DATA SUPPLIED -
· · · ·

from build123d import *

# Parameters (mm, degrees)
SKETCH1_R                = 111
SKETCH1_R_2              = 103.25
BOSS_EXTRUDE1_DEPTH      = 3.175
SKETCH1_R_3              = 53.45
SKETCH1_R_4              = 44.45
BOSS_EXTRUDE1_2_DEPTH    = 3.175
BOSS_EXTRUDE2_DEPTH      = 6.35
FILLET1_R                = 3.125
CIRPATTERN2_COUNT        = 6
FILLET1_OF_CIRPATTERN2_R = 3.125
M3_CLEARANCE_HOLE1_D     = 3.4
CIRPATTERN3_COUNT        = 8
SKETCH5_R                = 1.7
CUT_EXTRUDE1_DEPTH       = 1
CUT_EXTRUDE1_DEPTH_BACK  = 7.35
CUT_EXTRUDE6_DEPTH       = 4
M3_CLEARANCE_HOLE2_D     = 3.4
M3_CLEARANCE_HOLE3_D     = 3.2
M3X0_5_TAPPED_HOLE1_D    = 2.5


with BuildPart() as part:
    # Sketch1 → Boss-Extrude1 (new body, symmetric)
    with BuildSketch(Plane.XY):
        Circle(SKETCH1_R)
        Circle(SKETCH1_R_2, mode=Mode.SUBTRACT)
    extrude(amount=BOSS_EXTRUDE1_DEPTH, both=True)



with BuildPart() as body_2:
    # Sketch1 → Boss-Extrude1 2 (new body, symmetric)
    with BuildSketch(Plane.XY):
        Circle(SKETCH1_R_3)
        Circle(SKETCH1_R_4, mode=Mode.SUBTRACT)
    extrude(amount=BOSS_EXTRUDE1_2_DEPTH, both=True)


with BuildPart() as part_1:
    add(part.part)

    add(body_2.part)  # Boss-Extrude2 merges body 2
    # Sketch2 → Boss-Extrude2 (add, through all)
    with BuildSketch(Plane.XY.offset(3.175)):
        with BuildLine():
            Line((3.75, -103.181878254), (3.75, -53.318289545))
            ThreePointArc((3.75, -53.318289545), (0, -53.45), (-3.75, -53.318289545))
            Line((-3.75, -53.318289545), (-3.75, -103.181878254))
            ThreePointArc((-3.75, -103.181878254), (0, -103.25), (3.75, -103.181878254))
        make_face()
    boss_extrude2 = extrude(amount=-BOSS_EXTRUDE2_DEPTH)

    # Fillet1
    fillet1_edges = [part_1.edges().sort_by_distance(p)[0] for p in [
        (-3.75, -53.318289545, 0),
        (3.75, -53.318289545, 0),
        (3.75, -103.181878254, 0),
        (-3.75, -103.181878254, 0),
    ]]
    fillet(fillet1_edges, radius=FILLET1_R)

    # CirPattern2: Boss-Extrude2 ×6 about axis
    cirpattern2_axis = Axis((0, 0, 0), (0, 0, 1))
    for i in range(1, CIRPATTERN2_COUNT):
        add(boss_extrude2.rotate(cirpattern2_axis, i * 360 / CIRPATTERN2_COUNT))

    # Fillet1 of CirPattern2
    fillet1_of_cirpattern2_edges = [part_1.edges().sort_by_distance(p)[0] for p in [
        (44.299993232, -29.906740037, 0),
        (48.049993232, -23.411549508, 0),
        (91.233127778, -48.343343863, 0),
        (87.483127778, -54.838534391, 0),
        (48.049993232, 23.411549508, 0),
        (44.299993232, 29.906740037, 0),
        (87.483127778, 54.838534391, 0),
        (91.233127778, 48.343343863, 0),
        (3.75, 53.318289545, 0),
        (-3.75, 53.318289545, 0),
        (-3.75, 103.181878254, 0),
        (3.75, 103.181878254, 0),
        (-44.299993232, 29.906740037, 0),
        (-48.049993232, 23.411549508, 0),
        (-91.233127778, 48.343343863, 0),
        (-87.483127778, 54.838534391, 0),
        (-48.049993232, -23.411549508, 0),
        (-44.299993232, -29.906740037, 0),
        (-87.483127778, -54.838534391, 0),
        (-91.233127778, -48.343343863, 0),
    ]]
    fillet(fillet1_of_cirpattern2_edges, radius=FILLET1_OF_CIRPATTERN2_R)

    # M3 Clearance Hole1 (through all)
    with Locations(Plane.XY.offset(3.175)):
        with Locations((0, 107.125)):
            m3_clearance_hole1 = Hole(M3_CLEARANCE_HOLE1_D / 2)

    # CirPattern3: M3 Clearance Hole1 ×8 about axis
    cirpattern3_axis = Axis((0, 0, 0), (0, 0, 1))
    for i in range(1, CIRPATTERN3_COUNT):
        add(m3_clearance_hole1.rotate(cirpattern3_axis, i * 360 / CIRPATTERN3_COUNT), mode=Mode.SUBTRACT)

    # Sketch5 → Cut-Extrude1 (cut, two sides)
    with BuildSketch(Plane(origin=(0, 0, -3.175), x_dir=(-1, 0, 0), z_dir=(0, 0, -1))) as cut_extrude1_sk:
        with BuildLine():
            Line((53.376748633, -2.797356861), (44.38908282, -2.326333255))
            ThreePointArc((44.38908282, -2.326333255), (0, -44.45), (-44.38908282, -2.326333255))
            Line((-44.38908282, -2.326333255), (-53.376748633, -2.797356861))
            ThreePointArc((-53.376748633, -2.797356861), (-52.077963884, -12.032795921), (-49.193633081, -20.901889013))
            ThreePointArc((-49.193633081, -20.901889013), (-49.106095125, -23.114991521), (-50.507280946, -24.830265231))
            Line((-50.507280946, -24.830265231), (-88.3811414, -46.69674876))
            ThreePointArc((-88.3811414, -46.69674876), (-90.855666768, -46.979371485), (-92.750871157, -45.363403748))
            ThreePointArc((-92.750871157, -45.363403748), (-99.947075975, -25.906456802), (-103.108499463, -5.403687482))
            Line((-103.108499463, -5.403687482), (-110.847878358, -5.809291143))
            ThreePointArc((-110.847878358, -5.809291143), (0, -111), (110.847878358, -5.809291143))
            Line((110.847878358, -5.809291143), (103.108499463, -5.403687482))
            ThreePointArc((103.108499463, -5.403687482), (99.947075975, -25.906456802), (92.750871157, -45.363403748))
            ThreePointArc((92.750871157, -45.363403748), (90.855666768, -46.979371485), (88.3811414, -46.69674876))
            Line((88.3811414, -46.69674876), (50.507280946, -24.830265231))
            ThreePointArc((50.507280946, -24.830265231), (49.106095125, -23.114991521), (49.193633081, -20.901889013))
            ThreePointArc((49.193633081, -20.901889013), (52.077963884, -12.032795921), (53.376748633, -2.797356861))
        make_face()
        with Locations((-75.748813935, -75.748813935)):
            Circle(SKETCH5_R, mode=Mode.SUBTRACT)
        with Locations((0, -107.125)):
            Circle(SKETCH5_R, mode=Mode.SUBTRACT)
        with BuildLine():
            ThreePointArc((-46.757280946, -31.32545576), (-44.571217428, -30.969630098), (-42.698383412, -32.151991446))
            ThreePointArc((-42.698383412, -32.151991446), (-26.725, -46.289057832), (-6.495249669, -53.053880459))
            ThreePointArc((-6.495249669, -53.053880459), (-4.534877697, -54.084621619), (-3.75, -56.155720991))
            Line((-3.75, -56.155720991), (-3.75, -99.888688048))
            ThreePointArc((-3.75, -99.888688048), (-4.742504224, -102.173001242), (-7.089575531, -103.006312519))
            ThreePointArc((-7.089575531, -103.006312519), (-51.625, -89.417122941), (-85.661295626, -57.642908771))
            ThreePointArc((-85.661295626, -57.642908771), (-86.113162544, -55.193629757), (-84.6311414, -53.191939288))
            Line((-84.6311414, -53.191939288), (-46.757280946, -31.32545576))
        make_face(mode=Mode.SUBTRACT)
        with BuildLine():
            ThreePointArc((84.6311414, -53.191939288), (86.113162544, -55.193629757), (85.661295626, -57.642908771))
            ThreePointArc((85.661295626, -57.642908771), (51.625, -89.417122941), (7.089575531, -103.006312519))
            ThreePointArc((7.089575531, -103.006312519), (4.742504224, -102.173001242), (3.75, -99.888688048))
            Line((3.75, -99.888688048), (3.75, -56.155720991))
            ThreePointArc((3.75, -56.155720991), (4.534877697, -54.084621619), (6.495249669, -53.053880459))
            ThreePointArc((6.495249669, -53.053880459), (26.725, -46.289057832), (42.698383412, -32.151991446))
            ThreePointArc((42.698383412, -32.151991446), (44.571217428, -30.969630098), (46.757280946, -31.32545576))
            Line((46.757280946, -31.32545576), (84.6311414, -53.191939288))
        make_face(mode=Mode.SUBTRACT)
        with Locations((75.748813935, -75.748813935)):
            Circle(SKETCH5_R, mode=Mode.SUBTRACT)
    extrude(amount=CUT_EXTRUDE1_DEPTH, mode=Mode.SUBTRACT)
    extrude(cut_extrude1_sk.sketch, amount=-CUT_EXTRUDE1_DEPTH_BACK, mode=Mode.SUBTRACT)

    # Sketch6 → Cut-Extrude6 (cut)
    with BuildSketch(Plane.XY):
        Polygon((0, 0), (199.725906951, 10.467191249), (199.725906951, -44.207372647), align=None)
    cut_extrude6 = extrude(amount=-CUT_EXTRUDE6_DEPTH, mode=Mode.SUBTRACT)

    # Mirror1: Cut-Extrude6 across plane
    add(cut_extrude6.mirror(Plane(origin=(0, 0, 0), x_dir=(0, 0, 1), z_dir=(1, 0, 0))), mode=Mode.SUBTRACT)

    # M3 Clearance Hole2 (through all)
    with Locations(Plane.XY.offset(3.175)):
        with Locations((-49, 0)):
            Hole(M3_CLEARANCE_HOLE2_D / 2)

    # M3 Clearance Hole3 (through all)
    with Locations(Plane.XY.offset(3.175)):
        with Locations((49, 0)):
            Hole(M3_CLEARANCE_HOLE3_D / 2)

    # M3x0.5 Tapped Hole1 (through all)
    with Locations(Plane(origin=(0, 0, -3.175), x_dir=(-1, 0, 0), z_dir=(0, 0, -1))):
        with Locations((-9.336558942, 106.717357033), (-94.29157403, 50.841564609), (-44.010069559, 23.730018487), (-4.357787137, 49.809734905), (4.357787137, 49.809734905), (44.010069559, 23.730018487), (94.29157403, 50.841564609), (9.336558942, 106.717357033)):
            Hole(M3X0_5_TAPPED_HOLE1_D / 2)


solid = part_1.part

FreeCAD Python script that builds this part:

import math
import FreeCAD as App
import Part
import Sketcher

V = App.Vector
Q = App.Units.Quantity


def edges_at(feature, points):
    """Names of the edges that pass closest to the given points."""
    edges = feature.Shape.Edges
    near = lambda p: min(range(len(edges)), key=lambda i: edges[i].distToShape(Part.Vertex(*p))[0])
    return sorted({f"Edge{near(p) + 1}" for p in points})


def add_polygon(sketch, points):
    """Adds a closed chain of lines whose ends are joined by coincident constraints."""
    first, n = sketch.GeometryCount, len(points)
    for a, b in zip(points, points[1:] + points[:1]):
        sketch.addGeometry(Part.LineSegment(App.Vector(*a, 0), App.Vector(*b, 0)), False)
    for i in range(n):
        sketch.addConstraint(Sketcher.Constraint("Coincident", first + i, 2, first + (i + 1) % n, 1))

doc = App.newDocument("Part")
body = doc.addObject("PartDesign::Body", "Body")

sketch1 = doc.addObject("Sketcher::SketchObject", "Sketch")
body.addObject(sketch1)
sketch1.AttachmentSupport = (doc.XY_Plane, [""])
sketch1.MapMode = "FlatFace"
sketch1.addGeometry([
    Part.Circle(V(0, 0, 0), V(0, 0, 1), 111),
    Part.Circle(V(0, 0, 0), V(0, 0, 1), 103.25),
], False)
sketch1.addConstraint([
    Sketcher.Constraint("Coincident", 0, 3, -1, 1),
    Sketcher.Constraint("Coincident", 1, 3, -1, 1),
    Sketcher.Constraint("Diameter", 0, 222.0),
    Sketcher.Constraint("Diameter", 1, 206.5),
])
pad1 = doc.addObject("PartDesign::Pad", "Pad")
body.addObject(pad1)
pad1.Profile = sketch1
pad1.Length = 6.35
pad1.Midplane = True
body2 = doc.addObject("PartDesign::Body", "Body001")

sketch2 = doc.addObject("Sketcher::SketchObject", "Sketch001")
body2.addObject(sketch2)
sketch2.AttachmentSupport = (doc.getObject("XY_Plane001"), [""])
sketch2.MapMode = "FlatFace"
sketch2.addGeometry([
    Part.Circle(V(0, 0, 0), V(0, 0, 1), 53.45),
    Part.Circle(V(0, 0, 0), V(0, 0, 1), 44.45),
], False)
sketch2.addConstraint([
    Sketcher.Constraint("Coincident", 0, 3, -1, 1),
    Sketcher.Constraint("Coincident", 1, 3, -1, 1),
    Sketcher.Constraint("Diameter", 0, 106.9),
    Sketcher.Constraint("Diameter", 1, 88.9),
])
pad2 = doc.addObject("PartDesign::Pad", "Pad001")
body2.addObject(pad2)
pad2.Profile = sketch2
pad2.Length = 6.35
pad2.Midplane = True
body.AllowCompound = True
doc.recompute()

boolean = doc.addObject("PartDesign::Boolean", "Boolean")
body.addObject(boolean)
boolean.Type = "Fuse"
boolean.addObjects([body2])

· · · ·

PROBLEM TO WORK ON - Would you copy, unchanged, the stretch of the records above that begins at the line containing "add(m3_clearance_hole1.rotate(cirpattern3_axis, i *" and ends at the line containing "-25.906456802), (-103.108499463, -5.403687482))", and only that?

YOUR RESPONSE -
        add(m3_clearance_hole1.rotate(cirpattern3_axis, i * 360 / CIRPATTERN3_COUNT), mode=Mode.SUBTRACT)

    # Sketch5 → Cut-Extrude1 (cut, two sides)
    with BuildSketch(Plane(origin=(0, 0, -3.175), x_dir=(-1, 0, 0), z_dir=(0, 0, -1))) as cut_extrude1_sk:
        with BuildLine():
            Line((53.376748633, -2.797356861), (44.38908282, -2.326333255))
            ThreePointArc((44.38908282, -2.326333255), (0, -44.45), (-44.38908282, -2.326333255))
            Line((-44.38908282, -2.326333255), (-53.376748633, -2.797356861))
            ThreePointArc((-53.376748633, -2.797356861), (-52.077963884, -12.032795921), (-49.193633081, -20.901889013))
            ThreePointArc((-49.193633081, -20.901889013), (-49.106095125, -23.114991521), (-50.507280946, -24.830265231))
            Line((-50.507280946, -24.830265231), (-88.3811414, -46.69674876))
            ThreePointArc((-88.3811414, -46.69674876), (-90.855666768, -46.979371485), (-92.750871157, -45.363403748))
            ThreePointArc((-92.750871157, -45.363403748), (-99.947075975, -25.906456802), (-103.108499463, -5.403687482))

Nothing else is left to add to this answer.